A glaze is the only hair color option that might be safer than a gloss. The key distinction between these seemingly similar terms? Glosses are produced with low ammonia developers, while glazes are processed with heat, explains Embree. "Both glazes and glosses are good choices for individuals with coiled, coarse, or damaged hair, because they reduce flyaways and frizz," she says. And while both provide a vibrant sheen and gentle color grade, glazes have shorter lifespans, notes Heemskerk, which comes down to the delivery method; glossing, he adds, is the way to go for longevity.

You can attempt both glosses and glazes at home, but a salon treatment is preferable.

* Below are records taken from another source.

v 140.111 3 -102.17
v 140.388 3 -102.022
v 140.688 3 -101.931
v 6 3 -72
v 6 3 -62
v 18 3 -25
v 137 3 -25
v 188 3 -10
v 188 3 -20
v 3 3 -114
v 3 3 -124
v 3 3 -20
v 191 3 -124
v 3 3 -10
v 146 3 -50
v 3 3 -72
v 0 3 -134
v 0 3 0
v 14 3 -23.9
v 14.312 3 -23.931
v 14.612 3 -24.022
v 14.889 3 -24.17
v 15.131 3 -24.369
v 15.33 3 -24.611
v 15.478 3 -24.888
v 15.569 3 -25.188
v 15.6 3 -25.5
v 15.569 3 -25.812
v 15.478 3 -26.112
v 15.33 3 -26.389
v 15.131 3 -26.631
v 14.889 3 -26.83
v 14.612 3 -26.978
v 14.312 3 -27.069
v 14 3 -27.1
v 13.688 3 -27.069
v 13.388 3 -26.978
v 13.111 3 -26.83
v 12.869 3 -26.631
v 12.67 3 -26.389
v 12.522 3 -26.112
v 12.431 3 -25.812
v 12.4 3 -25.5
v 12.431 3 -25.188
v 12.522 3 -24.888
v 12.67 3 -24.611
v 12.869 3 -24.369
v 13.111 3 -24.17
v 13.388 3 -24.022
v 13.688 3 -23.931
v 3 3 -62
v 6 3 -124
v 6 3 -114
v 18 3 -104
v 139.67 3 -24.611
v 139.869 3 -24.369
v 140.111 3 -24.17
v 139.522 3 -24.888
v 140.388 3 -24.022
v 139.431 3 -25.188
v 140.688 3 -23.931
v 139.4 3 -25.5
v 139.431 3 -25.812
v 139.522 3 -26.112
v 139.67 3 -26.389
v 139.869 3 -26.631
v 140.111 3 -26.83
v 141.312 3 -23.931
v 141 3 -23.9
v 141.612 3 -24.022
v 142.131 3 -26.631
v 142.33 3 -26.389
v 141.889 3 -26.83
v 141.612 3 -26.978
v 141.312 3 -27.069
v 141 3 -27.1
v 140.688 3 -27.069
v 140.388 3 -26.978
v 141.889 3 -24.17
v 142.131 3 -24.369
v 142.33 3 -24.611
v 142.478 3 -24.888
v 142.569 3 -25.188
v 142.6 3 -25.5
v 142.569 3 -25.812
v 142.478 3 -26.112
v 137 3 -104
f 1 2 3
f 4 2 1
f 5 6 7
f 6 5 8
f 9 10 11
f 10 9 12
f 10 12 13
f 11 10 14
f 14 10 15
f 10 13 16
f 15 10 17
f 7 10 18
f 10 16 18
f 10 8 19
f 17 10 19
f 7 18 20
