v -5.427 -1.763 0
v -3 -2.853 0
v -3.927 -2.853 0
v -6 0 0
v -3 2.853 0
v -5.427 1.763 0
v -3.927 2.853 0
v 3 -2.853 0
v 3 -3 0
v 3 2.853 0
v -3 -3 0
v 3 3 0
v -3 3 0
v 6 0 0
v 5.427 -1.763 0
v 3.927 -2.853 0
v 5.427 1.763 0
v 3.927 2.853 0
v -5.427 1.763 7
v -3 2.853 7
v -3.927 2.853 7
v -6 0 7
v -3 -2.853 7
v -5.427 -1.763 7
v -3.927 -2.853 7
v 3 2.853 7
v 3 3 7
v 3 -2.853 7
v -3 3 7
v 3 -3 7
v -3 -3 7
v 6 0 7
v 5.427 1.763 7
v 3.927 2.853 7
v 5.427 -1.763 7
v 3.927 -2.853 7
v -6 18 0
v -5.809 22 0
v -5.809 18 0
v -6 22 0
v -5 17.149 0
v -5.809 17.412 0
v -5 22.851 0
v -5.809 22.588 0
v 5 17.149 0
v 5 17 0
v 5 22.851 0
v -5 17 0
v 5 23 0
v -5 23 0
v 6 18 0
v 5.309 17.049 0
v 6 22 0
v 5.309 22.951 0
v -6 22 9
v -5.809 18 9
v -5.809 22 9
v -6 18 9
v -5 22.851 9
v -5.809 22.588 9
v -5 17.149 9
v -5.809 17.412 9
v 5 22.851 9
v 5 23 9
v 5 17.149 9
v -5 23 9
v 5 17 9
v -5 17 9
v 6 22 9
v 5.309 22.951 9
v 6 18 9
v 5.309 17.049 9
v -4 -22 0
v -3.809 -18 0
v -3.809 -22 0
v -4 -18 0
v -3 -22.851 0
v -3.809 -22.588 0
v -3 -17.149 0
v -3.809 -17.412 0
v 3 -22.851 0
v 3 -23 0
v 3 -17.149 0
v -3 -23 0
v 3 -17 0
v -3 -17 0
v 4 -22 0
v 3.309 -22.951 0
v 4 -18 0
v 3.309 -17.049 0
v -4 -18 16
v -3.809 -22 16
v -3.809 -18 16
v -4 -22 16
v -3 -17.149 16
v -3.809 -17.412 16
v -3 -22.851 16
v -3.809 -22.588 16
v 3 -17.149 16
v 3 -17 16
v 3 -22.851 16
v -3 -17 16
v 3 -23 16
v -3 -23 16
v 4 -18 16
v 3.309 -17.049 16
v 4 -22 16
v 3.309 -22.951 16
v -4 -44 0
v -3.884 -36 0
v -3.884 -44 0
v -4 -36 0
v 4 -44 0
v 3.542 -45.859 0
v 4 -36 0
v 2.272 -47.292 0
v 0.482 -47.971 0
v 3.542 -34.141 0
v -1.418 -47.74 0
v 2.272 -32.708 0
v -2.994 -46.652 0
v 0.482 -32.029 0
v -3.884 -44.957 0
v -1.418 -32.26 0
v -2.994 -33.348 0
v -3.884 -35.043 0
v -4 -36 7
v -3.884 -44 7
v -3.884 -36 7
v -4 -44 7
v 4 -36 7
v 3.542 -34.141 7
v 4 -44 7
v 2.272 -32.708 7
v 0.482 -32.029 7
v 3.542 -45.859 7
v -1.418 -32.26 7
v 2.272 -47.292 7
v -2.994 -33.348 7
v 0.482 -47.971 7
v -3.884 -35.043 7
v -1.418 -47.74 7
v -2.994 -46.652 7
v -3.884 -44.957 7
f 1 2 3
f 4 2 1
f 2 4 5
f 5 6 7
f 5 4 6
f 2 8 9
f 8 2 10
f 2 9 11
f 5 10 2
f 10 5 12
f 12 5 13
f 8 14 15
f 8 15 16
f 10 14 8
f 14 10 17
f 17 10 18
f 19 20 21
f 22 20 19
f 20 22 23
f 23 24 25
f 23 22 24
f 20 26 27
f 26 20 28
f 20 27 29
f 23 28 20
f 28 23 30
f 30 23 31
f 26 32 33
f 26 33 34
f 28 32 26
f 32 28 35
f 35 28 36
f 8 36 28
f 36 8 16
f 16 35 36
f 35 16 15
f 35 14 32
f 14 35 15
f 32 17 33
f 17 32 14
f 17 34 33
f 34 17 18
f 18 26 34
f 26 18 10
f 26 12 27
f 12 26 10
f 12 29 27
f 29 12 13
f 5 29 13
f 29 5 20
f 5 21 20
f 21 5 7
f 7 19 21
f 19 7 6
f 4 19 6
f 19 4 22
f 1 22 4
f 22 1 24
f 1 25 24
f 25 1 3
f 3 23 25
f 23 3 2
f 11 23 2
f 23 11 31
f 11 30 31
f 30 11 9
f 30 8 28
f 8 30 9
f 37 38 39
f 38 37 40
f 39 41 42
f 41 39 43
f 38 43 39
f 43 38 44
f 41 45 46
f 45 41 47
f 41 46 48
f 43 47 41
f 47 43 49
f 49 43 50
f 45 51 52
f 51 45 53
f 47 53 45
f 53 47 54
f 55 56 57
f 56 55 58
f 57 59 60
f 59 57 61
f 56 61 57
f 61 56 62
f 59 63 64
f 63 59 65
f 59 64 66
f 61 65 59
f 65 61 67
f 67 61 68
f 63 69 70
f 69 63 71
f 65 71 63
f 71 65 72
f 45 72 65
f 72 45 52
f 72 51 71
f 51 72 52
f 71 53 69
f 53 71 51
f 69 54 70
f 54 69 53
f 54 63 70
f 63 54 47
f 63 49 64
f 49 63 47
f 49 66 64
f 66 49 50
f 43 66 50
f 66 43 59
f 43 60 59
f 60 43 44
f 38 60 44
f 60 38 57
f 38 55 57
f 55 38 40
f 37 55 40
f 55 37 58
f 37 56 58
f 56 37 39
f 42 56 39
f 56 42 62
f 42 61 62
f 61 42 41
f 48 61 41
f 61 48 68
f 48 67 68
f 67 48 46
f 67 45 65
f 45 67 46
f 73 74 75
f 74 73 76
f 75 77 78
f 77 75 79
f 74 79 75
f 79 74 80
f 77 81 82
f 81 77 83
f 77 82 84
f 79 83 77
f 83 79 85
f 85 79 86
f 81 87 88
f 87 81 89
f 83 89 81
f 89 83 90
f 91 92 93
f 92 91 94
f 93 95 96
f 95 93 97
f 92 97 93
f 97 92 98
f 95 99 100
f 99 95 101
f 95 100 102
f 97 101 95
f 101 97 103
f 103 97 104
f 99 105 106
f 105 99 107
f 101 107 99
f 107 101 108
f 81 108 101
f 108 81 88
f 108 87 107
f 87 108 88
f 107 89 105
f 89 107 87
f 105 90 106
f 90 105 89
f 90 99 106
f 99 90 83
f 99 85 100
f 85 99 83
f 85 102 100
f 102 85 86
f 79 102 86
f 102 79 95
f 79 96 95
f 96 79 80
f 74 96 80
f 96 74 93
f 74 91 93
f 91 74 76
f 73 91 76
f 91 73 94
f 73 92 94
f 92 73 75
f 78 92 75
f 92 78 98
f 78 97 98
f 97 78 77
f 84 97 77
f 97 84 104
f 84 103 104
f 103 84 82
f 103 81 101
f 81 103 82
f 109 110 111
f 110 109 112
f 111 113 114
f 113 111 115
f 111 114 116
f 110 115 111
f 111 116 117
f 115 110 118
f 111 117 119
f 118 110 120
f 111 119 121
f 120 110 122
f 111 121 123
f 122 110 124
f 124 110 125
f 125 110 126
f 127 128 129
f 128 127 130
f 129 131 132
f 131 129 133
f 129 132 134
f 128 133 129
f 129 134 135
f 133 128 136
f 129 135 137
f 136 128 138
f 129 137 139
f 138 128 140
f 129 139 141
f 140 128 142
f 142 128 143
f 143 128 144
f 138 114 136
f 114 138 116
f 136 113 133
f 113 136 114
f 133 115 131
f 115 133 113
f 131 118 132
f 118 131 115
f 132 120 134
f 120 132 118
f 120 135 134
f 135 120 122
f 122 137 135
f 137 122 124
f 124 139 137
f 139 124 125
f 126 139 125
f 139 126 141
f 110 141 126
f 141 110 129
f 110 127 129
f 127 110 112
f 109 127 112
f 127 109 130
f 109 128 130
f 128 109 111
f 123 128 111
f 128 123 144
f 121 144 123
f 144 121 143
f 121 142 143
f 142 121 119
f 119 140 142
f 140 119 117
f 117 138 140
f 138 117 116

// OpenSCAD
module usbc_x(
    width=12
  , depth=6
  , xyr = 3
  , height=7
  , extend_top=0
  , tunnel_angle=90
  , tunnel_extend_top=5
  , tunnel_extend_bottom=3
  , tunnel_xy_padding=1
  ) {
  xyr = min(xyr, depth / 2);
  xyr = min(xyr, width / 2);
  linear_extrude(height=height + extend_top) {
    union() {
      if (depth > 2 * xyr)
        square([width, depth - 2 * xyr], center=true);
      if (width > 2 * xyr)
        square([width - 2 * xyr, depth], center=true);
      for (cxy = [[-1, -1], [-1, 1], [1, -1], [1, 1]]) 
        translate([cxy[0] * (width / 2 - xyr), cxy[1] * (depth / 2 - xyr)])
          circle(xyr);
    }
  }
}

usbc_x(xyr=3);
translate([0, 20, 0]) usbc_x(xyr=1, extend_top=2);
translate([0, -20, 0]) usbc_x(width=8, height=16, xyr=1);
translate([0, -40, 0]) usbc_x(width=8, depth=16, xyr=10);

You can use these straightforward formulas at home, but Di Geus recommends turning to a professional hairstylist. "We know how to apply the product properly, and we'll top it off with a spectacular blow-dry that will undoubtedly make a difference," he says. Heemskerk agrees, noting that an experienced colorist can mix up a bespoke gloss that properly complements your skin tone. And according to Embree, leaving this treatment to the pros might actually spare your wallet—a well-intentioned touch-up can quickly turn into a $500 color correction. "Perfect blonde baby-lights can be converted into Cruella de Vil's famous look in just one processing session if the formula is too dark," she explains, adding that the wrong formula can even drown out existing dye jobs or make hair overly warm or cool.

If you're adamant about attempting an at-home solution, Embree says to stick with a less-permanent glaze—not a gloss. Heemskerk urges further caution: Select a ready-to-use formula, like a pigmented mousse or color-depositing conditioner for a seamless result. Look for a nourishing deep conditioner available in your shade.